Chip didn't realize that it wasn't sarcasm. "Yeah. Sorry. Didn't realize how much space it took to turn the thing."
"I thought you knew how to drive one of these?" demanded Nym, from where he clung to the saddle.
"Um. In theory, yes. I've driven something similar."
"What?" demanded the rat.
They swerved erratically around a huge boulder.
"A delivery truck. Hold tight!"
They bumped and swayed wildly down the cut to the roadway. For an ugly moment the tractor's balance clung… narrowly. Then they were down on the road. "And how much driving did you do?" demanded Nym, terrier-like.
Chip's grin gleamed in the moonlight. "I reversed it up the garage ramp. Went over the edge. Cracked the sump. Dieter never let me drive it again. Hold tight again. I'm going to try another gear. There is a half a sea of Maggots coming down that hill after us!"
In a cloud of dust and bats, the tractor and its trailer bumped, surged and swayed erratically down the road.
The hil
ltop behind them erupted. Melene, perched on Virginia's shoulder, blew a raspberry at the Maggots. Fal, perched on a cushion of insecticide-filled condoms, blew a raspberry at the tractor.

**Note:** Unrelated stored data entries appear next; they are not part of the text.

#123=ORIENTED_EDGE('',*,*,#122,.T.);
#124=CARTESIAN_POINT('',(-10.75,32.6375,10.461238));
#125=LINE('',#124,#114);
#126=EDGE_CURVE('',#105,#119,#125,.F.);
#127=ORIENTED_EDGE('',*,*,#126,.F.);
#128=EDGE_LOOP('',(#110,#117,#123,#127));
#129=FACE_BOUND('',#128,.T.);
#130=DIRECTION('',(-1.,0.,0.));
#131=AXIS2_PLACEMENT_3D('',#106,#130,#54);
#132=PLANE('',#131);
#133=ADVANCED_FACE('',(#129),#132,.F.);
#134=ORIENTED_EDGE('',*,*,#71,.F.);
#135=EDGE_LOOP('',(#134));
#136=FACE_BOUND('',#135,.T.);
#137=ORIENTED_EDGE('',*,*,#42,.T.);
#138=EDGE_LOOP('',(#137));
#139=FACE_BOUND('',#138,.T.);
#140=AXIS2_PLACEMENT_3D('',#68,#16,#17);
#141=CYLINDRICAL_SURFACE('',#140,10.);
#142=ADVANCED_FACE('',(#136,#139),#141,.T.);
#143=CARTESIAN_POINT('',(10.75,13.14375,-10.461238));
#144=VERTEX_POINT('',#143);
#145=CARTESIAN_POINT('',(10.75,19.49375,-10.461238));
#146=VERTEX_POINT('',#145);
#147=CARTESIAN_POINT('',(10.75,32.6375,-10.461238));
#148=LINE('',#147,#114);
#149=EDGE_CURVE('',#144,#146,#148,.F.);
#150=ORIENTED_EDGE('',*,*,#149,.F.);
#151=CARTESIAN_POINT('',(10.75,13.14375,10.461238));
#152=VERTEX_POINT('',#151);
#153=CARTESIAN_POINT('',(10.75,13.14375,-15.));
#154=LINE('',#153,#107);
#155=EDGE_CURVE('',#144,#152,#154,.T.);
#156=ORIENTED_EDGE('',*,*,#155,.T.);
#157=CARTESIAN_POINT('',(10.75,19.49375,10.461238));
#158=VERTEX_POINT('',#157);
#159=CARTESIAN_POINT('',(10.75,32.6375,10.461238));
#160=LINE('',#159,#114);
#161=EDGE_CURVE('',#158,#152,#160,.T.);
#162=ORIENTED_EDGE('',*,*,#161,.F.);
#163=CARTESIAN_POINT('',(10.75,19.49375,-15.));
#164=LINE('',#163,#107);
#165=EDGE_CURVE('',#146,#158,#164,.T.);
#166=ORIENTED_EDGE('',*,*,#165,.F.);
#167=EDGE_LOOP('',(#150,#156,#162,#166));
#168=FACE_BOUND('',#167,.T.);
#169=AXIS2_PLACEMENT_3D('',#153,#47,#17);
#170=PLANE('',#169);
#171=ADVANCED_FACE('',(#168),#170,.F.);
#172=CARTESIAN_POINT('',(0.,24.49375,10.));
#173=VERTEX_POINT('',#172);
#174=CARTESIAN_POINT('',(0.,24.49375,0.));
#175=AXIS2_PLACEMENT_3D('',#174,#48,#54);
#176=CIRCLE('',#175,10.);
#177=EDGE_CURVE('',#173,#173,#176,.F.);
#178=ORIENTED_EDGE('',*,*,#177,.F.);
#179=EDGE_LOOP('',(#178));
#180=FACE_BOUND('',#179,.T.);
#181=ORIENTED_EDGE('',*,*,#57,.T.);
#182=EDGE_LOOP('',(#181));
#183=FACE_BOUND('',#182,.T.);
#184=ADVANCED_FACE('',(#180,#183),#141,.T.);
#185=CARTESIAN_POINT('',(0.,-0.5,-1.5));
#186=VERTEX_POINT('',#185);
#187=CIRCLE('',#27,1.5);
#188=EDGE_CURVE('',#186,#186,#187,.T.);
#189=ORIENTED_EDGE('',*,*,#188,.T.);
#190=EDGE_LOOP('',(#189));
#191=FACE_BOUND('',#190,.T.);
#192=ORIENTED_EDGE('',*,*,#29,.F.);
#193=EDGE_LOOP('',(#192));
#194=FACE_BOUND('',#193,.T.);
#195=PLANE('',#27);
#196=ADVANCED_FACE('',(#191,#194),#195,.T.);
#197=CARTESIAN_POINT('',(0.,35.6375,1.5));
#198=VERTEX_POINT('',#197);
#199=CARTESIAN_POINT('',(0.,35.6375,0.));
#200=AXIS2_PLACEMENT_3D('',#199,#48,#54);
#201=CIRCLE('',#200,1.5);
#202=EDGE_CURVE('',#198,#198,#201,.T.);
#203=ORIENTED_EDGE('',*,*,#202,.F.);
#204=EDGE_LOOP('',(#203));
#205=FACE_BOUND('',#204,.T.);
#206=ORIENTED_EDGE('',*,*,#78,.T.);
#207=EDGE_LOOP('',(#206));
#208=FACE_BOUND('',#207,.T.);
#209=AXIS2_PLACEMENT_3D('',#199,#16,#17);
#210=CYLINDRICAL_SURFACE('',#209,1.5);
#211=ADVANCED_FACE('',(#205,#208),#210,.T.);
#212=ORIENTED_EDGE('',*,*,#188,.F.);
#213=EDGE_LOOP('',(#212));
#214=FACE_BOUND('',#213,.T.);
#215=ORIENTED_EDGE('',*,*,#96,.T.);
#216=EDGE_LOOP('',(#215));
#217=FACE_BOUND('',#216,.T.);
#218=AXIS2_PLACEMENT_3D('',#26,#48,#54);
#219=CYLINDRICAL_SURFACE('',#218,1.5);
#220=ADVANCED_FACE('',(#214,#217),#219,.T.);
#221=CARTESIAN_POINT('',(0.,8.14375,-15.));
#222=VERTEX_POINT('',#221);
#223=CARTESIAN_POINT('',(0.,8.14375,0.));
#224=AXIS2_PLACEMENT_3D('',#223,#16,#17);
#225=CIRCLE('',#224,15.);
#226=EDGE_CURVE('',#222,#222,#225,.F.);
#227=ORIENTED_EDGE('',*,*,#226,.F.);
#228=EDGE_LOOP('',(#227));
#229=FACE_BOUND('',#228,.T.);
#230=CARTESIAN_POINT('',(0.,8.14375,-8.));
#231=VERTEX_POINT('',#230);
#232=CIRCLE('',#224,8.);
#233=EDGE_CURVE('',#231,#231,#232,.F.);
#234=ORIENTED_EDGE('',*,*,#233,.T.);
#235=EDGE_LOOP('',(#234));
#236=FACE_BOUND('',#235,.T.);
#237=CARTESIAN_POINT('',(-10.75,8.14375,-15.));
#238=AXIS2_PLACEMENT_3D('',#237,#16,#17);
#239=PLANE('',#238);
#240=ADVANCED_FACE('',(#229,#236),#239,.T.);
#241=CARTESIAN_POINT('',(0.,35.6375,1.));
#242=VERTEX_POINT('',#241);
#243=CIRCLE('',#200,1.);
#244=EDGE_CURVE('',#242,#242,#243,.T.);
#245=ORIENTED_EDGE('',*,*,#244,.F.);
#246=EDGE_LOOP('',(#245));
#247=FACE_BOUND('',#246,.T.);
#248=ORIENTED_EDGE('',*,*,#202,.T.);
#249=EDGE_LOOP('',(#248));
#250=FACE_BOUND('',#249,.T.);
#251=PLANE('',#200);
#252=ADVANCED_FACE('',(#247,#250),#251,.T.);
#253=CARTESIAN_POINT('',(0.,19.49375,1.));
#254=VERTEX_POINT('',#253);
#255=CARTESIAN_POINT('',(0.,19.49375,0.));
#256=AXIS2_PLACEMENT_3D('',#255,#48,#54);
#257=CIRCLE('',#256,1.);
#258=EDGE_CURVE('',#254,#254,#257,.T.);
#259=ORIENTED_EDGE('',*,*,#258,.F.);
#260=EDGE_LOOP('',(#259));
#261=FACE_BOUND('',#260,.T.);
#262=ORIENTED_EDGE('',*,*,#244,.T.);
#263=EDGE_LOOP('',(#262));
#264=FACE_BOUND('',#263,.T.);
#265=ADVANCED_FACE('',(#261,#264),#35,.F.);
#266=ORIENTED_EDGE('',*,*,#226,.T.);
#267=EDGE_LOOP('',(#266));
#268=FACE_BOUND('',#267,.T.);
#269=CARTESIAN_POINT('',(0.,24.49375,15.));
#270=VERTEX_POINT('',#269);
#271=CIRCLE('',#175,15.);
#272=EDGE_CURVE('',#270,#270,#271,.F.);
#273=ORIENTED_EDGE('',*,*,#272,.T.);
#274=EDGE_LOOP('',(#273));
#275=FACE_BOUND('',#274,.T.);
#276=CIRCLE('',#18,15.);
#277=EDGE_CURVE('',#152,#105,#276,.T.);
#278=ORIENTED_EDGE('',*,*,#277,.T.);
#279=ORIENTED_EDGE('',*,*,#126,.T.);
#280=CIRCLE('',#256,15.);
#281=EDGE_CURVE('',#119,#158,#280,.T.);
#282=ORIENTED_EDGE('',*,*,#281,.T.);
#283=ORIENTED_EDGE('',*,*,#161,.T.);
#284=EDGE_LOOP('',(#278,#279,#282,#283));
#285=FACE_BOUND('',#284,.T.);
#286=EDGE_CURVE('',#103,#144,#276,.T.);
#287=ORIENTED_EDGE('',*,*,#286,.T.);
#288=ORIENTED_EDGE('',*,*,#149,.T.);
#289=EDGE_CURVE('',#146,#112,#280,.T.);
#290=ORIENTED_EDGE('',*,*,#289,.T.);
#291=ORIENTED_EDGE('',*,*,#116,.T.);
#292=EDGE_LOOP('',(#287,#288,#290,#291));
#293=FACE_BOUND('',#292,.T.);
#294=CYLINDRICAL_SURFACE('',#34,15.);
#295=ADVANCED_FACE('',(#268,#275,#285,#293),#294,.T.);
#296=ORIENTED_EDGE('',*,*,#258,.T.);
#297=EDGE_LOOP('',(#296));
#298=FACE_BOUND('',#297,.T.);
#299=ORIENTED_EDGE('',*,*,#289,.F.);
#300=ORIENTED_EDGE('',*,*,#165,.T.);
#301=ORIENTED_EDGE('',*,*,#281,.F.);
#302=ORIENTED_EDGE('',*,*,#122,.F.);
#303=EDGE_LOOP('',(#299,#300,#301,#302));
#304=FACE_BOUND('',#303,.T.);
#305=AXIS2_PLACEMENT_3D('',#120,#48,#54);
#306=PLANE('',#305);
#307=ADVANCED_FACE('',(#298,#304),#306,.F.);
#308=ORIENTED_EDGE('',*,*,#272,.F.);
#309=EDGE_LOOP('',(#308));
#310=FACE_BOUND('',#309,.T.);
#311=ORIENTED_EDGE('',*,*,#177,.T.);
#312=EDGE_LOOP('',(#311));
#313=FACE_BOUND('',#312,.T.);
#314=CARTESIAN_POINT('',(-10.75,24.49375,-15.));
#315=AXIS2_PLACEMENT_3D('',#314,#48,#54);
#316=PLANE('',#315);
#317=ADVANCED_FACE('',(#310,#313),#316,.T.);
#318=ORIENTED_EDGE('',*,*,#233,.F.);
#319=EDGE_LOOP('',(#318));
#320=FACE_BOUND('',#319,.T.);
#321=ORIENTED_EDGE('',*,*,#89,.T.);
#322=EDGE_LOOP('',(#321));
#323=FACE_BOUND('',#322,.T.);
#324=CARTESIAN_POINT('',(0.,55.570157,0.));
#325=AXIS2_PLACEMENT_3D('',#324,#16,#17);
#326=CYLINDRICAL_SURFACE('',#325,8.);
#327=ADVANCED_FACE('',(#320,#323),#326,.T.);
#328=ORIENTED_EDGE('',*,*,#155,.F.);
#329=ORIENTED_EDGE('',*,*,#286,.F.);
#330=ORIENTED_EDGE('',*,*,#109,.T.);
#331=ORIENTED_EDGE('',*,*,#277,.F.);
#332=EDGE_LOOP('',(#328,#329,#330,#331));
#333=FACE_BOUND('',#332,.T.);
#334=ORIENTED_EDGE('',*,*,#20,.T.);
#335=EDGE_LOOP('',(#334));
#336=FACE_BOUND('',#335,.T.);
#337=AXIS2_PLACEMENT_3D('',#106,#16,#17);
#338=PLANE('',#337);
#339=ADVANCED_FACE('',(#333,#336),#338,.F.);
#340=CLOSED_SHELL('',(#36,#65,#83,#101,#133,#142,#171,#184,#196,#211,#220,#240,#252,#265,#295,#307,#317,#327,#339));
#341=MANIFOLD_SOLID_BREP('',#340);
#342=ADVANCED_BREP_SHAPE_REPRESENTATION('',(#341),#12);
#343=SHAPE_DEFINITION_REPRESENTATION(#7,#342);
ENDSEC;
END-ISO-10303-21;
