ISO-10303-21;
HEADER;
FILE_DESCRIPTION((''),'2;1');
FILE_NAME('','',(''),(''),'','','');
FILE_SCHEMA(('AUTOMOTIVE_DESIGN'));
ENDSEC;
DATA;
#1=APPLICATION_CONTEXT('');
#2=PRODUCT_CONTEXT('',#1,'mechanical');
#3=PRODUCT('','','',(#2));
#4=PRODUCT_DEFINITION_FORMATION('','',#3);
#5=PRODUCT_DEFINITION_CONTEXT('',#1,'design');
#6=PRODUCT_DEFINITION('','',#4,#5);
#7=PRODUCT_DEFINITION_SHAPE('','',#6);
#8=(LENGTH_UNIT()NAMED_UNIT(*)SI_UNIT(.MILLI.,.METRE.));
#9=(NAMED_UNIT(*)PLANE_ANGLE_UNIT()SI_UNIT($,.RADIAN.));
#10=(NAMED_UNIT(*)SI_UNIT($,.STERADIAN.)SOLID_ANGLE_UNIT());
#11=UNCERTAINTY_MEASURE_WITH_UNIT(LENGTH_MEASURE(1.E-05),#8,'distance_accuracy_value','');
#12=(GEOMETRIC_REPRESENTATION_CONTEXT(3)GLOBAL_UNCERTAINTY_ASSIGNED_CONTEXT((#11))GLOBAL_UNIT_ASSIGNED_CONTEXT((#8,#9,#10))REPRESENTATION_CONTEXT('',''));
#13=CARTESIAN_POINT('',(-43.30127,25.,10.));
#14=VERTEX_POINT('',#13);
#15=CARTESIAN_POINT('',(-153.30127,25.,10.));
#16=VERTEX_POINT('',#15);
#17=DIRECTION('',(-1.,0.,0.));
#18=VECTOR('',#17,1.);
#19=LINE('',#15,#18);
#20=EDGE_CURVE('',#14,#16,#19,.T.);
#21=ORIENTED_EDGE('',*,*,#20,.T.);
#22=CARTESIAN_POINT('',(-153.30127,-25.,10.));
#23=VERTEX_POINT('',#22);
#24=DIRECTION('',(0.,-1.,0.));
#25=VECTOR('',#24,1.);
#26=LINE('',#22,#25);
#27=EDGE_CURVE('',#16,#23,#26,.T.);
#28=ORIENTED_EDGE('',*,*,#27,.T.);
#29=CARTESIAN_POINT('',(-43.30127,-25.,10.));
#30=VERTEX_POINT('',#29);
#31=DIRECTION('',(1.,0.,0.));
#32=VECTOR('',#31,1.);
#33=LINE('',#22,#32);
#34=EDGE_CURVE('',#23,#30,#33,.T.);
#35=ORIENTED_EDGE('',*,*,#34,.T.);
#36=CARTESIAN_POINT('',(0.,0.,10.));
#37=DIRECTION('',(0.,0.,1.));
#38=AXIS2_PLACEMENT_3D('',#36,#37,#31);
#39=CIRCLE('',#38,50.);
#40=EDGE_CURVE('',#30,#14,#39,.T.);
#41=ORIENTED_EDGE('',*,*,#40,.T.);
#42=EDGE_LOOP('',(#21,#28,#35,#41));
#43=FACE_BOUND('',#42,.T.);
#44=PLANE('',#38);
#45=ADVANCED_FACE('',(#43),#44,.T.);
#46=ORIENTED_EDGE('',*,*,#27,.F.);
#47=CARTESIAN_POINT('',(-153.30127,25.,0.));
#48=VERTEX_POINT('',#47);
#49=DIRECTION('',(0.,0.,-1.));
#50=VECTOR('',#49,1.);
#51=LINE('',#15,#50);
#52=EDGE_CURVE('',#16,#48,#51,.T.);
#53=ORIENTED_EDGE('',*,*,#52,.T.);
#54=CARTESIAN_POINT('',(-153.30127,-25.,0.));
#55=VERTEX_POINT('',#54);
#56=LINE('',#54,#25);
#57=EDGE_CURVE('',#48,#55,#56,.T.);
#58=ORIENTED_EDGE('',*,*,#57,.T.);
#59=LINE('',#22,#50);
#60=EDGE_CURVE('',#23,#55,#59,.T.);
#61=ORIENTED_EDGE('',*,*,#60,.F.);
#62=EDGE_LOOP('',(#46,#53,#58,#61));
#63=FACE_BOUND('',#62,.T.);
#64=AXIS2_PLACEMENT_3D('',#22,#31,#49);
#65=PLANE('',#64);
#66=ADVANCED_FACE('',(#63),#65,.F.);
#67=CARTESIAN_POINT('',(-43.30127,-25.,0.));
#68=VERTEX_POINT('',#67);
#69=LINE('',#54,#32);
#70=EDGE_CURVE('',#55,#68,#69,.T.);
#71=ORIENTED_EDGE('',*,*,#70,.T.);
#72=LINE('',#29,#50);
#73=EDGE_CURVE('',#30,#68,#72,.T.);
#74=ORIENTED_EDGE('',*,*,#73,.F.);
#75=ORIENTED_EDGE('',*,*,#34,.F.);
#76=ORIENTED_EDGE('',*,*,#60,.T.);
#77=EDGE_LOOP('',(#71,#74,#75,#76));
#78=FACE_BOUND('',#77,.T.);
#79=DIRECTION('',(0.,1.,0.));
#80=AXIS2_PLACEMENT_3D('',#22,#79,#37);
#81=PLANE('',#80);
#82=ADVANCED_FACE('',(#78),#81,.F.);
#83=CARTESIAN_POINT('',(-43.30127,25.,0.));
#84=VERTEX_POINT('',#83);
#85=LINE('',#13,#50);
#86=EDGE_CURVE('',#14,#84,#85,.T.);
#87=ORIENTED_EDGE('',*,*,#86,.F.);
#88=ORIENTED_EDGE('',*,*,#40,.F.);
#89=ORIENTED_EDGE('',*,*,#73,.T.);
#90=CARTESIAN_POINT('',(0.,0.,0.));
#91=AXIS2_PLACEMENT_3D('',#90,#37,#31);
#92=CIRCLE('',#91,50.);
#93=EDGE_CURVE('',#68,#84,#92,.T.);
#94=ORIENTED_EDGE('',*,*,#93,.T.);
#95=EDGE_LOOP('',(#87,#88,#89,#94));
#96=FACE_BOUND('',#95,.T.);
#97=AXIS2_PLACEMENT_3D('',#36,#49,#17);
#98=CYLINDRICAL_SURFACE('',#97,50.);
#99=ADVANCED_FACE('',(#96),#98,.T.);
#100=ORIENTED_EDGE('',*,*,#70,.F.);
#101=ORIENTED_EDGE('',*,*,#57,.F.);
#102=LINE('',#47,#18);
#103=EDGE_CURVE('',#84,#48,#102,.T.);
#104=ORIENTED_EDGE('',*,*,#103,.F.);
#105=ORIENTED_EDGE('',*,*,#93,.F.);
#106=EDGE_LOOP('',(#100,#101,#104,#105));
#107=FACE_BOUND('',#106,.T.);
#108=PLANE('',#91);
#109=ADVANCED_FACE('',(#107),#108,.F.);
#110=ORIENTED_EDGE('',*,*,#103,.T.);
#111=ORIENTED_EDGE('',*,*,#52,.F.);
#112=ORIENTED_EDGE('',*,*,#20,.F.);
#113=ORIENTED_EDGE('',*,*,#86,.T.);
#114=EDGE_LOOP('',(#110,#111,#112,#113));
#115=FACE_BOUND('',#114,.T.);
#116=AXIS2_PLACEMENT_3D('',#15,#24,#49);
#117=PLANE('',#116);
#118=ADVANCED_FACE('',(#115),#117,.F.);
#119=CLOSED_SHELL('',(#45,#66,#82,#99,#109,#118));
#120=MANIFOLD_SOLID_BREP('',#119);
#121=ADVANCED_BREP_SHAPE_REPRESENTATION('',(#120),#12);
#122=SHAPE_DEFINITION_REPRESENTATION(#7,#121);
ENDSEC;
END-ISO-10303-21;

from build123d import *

# Parameters (mm, degrees)
BOSS_EXTRUDE1_DEPTH = 10


with BuildPart() as part:
    # Sketch1 → Boss-Extrude1 (new body)
    with BuildSketch(Plane.XY):
        with BuildLine():
            Line((-153.301270189, -25), (-153.301270189, 25))
            Line((-153.301270189, 25), (-43.301270189, 25))
            ThreePointArc((-43.301270189, 25), (50, 0), (-43.301270189, -25))
            Line((-43.301270189, -25), (-153.301270189, -25))
        make_face()
    extrude(amount=BOSS_EXTRUDE1_DEPTH)


solid = part.part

Action; reaction. Fal's sharp claws punctured one of the containers. A cloud of insecticide enveloped him and the road behind.
"Why I-never use-the damn things!" he coughed. "Can't be trusted!"
Eric Flint
Rats, Bats amp; Vats
Chapter 24:
A sign from above.
IN HIS SMALL DINGY basement office, Major Conrad Fitzhugh sat staring gloomily at his desk. On one side was a tottering pile of book-disks, and on the other the pile of new grim paper reports from the front. As usual he was working late.
The military history and strategy book pile told him they were doomed to lose this war. Fitzhugh had known that from first-hand observation, even without the terrible confirmation hidden in the nondescript report language of the paper stack.
He hadn't really needed to read the books. What the book pile told him was that high command's strategy was outdated and ridiculous. Even twenty-five hundred years ago Sun Tzu had established more sensible premises. The other thing the book pile had shown him was that, historically, the military had made just these same mistakes time after time.
In particular, the descriptions of Earth's First World War were eerily familiar. But Harmony And Reason just didn't have the manpower, not even with rat and bat troops, to slug it out with the Magh' as the damn Korozhet advised.
And it seemed things weren't about to change. When Shaw had been killed, Fitzhugh had been sure things would get better at last. He'd thought that without Shaw and his cronyism they'd surely get a new General Staff.
Hah. How wrong could he have been? The next tier of major Shareholders was now bickering about sharing out the spoils. This war was just something to profit from. Didn't the stupid bastards see this was the road to perdition? As for the General Staff… Well, they might get a new overall commander, but Carrot-up had been doing his scurrying and brown-nosing too well. He looked set to rise.